Selection of the Reference Stimuli One of biggest advantages that come with perceptual measurement techniques is that real voice and music signals will be the reference stimuli for the test. In other words, you will test the performance of the device under test under 'real life' conditions, and not with any artificial test signals, like sinusoidal tones or noise.

> So what Voice or Music signals ensure suitable tests?

As a rule of thumb, the reference file should be a signal that comes as close as possible to the kind of signal which shall be applied to the device under test in real life. E.g., if you design a special headset for female call center agents, you should use a test stimulus that contains mostly female speech. If the device should be used by male and female users as well as children, you should perform separate tests with typical stimuli for each of these cases.

For the assessment of MPEG audio codecs that are used for the transmission of high quality music between broadcast studios, real music should be used.

> Worst Case Items In the course of international standardization, thousands of test sequences must have been used, most of them did not really prove to be worst case items. For some signals, this is however the case, as they particularly expose a certain type of artefact, when passed through non-linear devices, such as codecs. As this critical character varies, you should include a representative set of reference signals in your test. Especially with wide band music codecs a variety of at least six to ten different test samples should be selected, since the performance of audio codecs differs widely depending on the test material.

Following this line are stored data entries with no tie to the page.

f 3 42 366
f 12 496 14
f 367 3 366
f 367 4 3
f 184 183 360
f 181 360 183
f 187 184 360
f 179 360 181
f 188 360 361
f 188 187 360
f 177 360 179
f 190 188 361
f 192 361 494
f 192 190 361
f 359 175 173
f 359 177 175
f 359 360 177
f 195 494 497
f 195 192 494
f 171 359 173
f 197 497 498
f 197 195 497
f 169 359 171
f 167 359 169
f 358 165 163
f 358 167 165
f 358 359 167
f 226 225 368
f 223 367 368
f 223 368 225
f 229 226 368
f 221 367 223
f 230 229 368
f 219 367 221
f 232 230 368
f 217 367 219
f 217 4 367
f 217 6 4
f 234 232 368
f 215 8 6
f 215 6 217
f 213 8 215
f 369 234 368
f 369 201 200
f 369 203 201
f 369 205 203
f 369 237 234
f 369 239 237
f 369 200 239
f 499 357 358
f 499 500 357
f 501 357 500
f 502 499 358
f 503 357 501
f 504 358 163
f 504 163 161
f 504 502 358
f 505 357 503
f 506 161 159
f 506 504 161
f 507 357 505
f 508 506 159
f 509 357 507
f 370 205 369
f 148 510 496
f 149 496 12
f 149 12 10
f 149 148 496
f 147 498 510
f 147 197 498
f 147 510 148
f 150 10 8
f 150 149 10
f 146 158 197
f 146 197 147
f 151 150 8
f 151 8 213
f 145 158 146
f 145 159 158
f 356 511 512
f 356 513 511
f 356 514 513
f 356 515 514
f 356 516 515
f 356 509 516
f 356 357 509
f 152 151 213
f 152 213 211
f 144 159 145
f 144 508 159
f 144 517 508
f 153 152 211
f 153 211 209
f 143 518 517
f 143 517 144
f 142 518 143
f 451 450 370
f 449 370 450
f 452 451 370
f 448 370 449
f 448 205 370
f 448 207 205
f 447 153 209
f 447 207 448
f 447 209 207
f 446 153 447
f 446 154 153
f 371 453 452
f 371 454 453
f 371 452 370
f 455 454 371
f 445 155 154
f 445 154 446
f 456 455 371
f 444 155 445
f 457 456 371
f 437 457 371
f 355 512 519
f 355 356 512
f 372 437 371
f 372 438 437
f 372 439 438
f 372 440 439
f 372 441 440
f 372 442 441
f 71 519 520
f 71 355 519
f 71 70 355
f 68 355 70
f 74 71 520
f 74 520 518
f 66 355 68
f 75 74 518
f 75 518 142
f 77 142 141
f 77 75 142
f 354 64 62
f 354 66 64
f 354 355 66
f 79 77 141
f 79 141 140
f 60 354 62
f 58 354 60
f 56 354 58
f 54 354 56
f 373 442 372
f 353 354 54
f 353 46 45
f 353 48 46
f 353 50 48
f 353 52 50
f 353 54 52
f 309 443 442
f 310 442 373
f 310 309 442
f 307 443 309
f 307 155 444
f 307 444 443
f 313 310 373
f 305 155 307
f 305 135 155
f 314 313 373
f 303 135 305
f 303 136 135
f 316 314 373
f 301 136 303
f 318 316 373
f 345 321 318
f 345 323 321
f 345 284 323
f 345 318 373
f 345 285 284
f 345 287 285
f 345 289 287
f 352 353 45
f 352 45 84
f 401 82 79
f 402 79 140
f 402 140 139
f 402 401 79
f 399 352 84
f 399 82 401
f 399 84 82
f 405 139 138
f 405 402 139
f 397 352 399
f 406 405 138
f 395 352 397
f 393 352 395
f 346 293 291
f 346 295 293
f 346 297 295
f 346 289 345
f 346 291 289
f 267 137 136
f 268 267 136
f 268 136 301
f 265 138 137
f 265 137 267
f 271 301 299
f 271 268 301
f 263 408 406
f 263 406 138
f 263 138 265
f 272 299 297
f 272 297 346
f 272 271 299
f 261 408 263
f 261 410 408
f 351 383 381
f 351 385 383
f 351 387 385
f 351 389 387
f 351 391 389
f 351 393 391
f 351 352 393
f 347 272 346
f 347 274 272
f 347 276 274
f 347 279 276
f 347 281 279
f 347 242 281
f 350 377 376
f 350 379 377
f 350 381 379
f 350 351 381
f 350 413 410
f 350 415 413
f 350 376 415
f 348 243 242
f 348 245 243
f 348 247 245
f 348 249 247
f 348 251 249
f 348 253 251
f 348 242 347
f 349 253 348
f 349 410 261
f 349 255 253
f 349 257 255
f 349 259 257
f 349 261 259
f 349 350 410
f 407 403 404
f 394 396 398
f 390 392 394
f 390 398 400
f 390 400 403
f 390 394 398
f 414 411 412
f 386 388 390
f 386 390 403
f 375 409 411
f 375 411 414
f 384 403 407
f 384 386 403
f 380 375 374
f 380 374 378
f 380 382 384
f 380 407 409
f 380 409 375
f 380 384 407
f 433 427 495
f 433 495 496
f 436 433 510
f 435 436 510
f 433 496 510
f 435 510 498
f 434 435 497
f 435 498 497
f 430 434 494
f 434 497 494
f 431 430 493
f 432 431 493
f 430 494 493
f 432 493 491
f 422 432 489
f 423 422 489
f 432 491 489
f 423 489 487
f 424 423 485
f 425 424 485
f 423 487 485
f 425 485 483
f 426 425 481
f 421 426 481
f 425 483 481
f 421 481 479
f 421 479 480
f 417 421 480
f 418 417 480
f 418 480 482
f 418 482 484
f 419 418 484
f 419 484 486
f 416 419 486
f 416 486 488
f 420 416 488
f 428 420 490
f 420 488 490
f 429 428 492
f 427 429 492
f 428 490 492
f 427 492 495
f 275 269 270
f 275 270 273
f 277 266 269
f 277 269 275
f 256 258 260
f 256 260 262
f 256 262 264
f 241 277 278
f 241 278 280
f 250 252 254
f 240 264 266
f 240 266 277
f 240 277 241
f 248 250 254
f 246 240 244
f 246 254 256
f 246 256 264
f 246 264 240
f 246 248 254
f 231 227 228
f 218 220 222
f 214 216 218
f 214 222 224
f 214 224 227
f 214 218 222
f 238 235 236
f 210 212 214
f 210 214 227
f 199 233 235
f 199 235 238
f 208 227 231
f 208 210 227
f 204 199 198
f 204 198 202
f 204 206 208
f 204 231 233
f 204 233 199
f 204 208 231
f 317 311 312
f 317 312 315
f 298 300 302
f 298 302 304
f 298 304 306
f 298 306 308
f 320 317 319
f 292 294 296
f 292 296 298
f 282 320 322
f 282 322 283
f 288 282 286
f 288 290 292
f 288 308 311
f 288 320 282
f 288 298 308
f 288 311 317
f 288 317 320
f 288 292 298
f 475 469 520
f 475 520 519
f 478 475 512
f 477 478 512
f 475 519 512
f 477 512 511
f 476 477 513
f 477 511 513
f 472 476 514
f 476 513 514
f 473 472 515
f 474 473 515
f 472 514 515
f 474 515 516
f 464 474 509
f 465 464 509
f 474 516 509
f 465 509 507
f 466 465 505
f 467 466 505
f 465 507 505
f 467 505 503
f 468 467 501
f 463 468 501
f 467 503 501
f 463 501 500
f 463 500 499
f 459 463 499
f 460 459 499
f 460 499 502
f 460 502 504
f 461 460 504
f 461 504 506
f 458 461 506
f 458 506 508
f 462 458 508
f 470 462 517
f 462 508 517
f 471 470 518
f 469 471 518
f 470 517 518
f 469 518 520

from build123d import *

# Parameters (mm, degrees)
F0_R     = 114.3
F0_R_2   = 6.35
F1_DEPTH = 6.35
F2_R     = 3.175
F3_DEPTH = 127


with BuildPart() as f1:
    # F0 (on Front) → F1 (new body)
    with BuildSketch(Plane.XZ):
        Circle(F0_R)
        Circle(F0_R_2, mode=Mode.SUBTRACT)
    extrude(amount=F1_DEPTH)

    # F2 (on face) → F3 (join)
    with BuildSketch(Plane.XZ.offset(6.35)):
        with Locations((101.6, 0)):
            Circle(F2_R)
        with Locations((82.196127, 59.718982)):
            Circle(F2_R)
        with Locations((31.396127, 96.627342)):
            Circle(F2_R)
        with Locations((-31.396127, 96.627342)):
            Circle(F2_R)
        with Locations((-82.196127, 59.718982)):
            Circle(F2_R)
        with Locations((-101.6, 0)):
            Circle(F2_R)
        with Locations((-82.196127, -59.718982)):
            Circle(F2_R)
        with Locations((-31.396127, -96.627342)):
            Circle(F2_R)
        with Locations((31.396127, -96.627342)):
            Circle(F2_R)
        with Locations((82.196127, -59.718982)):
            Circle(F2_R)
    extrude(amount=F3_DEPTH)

> Duration of Signals The duration of the test sequence should be within the range of approximately four to eight seconds. Longer tests will lead to averaging effects (short distortions may be averaged down by a long but almost perfect transmission) and shorter sequences may not be long enough to contain representative parts of the signal. If for any reason very long reference files are desired, OPERA's feature of measuring just a short sequence out of the entire input signals could be of help. Details regarding this feature will you find in the OPERA user manual under chapter 4.

> Sample Rates The sample rate of the reference file is frequently already defined by the algorithm that shall be used for the evaluation of the recorded data. PEAQ according to ITU-R BS.1387 for example requires 48kHz sample rate, although the implementation in OPERA will deliver reliable results at 44.1kHz, too. Most speech quality measures are defined for 8 and 16kHz sample rate only. For more details, refer to the description of the individual algorithms or the standard documents that apply.

> Sample Format

The selection of the sample format should mainly be driven by considering the capabilities of the underlying hardware. While using e.g. the audio interfaces provided by OPERA, it makes sense to select '16bit linear'. Since currently all measures use 16bit linear internally, any higher resolution, although supported by the hardware, will not result in more accurate measurements. When performing test calls with the OPERA voice board, the sample format should be 8bit u-law or 8bit A-law (G.711). Otherwise the measurement will include at least one more step of encoding, since the DSP on the voice board will convert all input data back to G.711.

A set of typical wide band audio examples is recommended in the ITU-R recommendation BS.1387 and is part of the delivery of OPERA products. Suitable multi-lingual speech samples are also provided with OPERA, and some are available through the ITU-T, in the Series P Supplement 23, too.